Work order:
From the records below, transcribe only the lines running from the one with "v 1.21 5.4 11.21" through the one with "v 72.21 26.11 15.21". Keep both of those end lines.

Collected data:
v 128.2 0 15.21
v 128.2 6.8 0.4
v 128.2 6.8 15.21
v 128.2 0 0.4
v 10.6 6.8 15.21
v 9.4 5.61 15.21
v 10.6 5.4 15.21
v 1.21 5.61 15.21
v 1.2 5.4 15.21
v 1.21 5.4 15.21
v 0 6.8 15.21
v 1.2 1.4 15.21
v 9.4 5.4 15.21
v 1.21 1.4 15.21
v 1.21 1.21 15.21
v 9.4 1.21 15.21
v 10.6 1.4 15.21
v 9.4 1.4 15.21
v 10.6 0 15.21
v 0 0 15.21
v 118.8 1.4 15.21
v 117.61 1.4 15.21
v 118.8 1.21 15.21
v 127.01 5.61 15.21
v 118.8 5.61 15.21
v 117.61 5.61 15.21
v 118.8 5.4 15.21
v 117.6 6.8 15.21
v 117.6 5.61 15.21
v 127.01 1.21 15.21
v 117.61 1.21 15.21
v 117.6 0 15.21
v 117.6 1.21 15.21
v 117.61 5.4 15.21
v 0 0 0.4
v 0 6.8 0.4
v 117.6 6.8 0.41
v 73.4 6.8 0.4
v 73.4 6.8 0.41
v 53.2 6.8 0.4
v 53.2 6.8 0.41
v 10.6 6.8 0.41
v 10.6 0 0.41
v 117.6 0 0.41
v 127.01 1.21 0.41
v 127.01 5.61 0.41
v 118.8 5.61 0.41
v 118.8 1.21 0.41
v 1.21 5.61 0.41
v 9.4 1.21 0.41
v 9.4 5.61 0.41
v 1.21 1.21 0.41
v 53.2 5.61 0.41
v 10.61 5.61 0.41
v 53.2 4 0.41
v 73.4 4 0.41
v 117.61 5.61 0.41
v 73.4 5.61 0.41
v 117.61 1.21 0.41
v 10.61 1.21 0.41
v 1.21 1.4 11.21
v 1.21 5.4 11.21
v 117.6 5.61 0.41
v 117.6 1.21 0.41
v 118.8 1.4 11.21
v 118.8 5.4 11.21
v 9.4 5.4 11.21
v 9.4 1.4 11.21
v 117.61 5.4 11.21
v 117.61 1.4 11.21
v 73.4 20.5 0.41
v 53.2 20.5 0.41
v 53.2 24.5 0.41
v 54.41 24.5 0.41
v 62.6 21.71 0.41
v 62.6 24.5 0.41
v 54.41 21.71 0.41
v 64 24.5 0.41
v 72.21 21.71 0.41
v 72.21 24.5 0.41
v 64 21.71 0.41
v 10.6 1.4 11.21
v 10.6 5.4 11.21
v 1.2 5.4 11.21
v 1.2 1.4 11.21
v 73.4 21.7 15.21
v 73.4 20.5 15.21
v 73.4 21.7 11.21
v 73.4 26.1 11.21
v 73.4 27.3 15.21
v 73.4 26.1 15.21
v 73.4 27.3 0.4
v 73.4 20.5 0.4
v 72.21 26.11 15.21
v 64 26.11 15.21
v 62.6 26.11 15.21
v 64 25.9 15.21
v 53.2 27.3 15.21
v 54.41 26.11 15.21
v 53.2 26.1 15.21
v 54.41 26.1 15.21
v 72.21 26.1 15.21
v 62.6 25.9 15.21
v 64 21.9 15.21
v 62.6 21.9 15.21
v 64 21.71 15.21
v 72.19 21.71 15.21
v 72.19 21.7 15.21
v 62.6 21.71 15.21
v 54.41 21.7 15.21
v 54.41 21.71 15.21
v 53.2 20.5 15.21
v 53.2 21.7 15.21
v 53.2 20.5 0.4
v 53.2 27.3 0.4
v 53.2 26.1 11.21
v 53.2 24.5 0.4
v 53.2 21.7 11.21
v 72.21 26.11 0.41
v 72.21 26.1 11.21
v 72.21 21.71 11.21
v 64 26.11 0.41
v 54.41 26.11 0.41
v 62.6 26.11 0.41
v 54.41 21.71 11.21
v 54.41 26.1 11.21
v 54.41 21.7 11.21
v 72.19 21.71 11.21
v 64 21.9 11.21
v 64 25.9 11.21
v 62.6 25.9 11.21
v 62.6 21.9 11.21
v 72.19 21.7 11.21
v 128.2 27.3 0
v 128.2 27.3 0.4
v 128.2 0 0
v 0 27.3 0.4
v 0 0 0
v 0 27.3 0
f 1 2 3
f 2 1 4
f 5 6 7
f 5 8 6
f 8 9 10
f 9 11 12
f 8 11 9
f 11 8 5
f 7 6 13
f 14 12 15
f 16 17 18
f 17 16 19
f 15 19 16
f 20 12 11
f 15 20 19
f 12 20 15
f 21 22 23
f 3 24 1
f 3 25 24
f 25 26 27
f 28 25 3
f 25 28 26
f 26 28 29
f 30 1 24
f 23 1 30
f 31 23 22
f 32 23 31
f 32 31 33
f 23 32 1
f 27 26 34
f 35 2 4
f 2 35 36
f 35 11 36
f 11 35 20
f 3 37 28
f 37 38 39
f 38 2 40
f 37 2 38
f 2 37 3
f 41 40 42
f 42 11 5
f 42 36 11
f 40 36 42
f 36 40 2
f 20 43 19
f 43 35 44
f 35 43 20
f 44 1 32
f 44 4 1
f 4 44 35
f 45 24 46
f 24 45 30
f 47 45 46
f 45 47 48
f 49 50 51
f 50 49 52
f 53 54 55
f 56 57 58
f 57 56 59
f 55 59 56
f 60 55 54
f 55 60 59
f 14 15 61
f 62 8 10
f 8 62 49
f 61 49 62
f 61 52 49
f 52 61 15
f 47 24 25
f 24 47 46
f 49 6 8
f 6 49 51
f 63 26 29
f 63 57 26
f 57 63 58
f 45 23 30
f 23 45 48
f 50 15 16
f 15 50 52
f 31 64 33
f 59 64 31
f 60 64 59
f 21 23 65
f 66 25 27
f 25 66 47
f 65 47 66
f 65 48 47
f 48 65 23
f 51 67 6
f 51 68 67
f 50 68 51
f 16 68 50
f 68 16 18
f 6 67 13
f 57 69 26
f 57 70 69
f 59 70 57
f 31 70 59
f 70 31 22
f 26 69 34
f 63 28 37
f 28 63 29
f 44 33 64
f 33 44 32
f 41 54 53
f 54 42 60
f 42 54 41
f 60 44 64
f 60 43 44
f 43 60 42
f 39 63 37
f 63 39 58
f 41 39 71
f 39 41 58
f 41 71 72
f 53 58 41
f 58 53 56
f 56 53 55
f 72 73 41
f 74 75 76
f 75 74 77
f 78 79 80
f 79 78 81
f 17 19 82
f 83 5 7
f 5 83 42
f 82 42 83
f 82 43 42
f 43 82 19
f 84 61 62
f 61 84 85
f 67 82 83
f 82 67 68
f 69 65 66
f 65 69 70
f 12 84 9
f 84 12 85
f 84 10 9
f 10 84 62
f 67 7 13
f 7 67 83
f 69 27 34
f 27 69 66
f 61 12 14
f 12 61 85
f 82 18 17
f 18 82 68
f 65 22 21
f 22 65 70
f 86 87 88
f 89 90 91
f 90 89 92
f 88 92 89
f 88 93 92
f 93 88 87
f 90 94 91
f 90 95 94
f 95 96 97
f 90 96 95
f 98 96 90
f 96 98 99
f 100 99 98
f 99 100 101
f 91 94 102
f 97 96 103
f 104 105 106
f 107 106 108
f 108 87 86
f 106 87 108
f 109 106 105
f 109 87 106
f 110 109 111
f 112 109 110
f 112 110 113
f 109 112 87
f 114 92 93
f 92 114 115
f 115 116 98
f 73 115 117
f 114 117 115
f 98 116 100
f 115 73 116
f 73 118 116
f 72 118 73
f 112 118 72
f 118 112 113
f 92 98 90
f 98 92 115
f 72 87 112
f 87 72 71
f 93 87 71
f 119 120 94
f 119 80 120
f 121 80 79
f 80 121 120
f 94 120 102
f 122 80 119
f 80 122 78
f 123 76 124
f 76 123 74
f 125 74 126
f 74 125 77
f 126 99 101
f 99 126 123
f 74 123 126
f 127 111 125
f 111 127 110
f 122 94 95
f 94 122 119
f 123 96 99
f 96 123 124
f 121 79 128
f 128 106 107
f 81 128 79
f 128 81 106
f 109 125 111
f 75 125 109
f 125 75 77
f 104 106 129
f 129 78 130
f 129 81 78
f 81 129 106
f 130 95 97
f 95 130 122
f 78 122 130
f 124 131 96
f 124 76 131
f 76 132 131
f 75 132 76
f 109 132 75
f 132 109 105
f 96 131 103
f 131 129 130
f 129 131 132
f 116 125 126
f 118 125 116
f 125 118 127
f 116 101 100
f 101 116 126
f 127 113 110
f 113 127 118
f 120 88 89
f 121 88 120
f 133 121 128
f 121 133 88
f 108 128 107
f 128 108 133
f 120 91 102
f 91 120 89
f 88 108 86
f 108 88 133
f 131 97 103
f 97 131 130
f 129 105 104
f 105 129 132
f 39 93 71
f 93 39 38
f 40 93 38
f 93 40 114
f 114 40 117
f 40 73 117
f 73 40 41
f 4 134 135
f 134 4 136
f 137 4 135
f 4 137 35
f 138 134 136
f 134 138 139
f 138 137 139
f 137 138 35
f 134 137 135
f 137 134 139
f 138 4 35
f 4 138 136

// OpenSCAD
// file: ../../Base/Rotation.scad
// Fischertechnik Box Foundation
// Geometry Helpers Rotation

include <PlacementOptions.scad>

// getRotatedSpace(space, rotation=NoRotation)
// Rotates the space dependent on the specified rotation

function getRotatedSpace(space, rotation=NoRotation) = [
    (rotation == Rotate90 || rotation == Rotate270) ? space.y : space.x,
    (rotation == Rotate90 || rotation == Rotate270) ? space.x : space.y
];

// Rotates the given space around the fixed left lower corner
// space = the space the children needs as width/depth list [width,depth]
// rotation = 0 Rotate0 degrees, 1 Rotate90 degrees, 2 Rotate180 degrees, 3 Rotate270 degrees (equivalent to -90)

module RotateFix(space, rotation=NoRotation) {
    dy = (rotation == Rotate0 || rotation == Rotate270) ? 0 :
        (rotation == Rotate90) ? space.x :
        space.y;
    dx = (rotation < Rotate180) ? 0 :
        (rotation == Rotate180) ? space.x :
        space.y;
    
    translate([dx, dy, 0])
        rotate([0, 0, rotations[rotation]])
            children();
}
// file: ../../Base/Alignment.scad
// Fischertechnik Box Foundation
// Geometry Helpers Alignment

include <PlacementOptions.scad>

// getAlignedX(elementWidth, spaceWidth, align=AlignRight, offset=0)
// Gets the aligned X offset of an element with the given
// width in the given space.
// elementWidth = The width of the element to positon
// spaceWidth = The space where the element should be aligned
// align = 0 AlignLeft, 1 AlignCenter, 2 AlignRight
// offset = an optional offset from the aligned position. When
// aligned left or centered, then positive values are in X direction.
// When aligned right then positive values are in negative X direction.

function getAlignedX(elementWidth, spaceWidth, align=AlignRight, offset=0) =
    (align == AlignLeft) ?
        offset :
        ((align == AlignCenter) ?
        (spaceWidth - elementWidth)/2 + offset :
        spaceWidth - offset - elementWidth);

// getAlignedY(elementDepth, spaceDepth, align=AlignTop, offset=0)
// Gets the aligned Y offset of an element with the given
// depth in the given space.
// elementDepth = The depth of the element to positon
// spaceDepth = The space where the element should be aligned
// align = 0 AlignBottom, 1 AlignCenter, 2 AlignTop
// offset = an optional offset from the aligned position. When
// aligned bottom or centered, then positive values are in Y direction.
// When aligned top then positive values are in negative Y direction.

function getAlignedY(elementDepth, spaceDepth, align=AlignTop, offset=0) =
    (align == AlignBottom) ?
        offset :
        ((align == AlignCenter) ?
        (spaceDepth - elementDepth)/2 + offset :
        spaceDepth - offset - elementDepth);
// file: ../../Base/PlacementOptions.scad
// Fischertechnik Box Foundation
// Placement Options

* * *

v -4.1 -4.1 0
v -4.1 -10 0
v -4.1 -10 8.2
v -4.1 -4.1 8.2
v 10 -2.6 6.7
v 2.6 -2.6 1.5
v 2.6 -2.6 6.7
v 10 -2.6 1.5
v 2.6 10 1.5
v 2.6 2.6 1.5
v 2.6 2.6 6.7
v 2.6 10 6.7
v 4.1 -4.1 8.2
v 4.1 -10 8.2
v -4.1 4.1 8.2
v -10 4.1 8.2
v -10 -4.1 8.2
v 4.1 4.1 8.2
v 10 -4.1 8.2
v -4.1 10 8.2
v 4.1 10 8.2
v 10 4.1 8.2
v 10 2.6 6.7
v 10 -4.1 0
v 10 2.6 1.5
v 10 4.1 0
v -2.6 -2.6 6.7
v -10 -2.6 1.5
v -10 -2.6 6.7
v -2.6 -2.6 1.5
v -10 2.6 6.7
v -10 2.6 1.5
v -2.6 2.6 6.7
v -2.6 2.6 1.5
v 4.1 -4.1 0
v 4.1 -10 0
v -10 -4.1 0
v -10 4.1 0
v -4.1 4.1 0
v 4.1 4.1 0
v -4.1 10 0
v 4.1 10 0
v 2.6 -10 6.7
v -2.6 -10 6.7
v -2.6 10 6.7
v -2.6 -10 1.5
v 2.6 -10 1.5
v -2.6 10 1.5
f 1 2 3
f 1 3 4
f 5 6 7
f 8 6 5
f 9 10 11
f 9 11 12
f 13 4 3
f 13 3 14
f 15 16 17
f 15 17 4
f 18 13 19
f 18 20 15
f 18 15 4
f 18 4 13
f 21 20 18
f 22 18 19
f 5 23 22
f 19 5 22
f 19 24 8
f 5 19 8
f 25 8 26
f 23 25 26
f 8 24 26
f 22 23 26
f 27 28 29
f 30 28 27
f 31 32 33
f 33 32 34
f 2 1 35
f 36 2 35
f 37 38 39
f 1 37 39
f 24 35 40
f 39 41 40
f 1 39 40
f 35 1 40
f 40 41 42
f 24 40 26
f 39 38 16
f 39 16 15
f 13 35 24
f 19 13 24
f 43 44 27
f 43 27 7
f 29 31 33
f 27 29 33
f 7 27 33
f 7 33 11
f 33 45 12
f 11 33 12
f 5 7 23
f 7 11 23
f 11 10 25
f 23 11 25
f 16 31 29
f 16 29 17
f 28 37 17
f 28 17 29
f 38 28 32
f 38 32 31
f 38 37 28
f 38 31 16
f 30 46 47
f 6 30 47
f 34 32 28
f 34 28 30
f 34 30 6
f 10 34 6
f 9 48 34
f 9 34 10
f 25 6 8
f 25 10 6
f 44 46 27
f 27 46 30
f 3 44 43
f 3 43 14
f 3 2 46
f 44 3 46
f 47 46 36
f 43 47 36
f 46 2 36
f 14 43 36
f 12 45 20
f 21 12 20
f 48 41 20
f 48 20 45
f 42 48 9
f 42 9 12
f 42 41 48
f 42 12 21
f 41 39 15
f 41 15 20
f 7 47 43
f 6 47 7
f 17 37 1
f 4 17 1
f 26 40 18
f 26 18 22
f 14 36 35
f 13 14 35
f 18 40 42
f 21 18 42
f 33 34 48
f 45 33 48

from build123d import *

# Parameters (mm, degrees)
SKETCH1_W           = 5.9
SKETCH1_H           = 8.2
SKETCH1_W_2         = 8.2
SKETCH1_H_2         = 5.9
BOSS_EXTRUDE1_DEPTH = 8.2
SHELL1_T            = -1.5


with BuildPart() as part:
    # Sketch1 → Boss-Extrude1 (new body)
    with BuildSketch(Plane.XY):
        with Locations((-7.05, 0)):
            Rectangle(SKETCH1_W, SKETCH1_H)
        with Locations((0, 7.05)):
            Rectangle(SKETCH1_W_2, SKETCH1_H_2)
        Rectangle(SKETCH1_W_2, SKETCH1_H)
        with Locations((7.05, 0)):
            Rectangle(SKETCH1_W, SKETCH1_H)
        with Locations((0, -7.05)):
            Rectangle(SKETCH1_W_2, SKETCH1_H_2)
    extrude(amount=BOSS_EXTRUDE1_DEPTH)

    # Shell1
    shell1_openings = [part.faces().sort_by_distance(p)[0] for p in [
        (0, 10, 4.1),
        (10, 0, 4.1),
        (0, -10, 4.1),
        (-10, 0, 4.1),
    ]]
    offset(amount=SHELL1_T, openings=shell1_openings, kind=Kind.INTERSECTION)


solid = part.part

...

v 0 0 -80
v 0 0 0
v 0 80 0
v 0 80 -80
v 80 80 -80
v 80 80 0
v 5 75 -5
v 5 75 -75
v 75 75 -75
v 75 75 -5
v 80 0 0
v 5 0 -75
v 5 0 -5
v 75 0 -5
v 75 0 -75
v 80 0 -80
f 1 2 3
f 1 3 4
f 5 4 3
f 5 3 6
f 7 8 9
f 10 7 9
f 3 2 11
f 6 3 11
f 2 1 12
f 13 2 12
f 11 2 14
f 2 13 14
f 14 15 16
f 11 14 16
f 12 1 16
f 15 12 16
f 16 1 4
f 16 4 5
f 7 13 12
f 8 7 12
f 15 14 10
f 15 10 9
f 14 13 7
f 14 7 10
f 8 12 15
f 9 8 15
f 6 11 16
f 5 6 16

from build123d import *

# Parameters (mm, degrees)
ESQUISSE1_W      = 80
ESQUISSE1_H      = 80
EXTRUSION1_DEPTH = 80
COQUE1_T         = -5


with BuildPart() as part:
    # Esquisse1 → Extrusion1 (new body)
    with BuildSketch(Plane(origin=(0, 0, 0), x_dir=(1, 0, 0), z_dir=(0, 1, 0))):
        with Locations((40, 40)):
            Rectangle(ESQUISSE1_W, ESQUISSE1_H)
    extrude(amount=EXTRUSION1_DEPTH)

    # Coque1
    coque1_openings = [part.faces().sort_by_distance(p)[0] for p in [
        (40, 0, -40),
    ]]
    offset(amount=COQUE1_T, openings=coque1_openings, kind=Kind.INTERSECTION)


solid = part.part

Answer box:
v 1.21 5.4 11.21
v 117.6 5.61 0.41
v 117.6 1.21 0.41
v 118.8 1.4 11.21
v 118.8 5.4 11.21
v 9.4 5.4 11.21
v 9.4 1.4 11.21
v 117.61 5.4 11.21
v 117.61 1.4 11.21
v 73.4 20.5 0.41
v 53.2 20.5 0.41
v 53.2 24.5 0.41
v 54.41 24.5 0.41
v 62.6 21.71 0.41
v 62.6 24.5 0.41
v 54.41 21.71 0.41
v 64 24.5 0.41
v 72.21 21.71 0.41
v 72.21 24.5 0.41
v 64 21.71 0.41
v 10.6 1.4 11.21
v 10.6 5.4 11.21
v 1.2 5.4 11.21
v 1.2 1.4 11.21
v 73.4 21.7 15.21
v 73.4 20.5 15.21
v 73.4 21.7 11.21
v 73.4 26.1 11.21
v 73.4 27.3 15.21
v 73.4 26.1 15.21
v 73.4 27.3 0.4
v 73.4 20.5 0.4
v 72.21 26.11 15.21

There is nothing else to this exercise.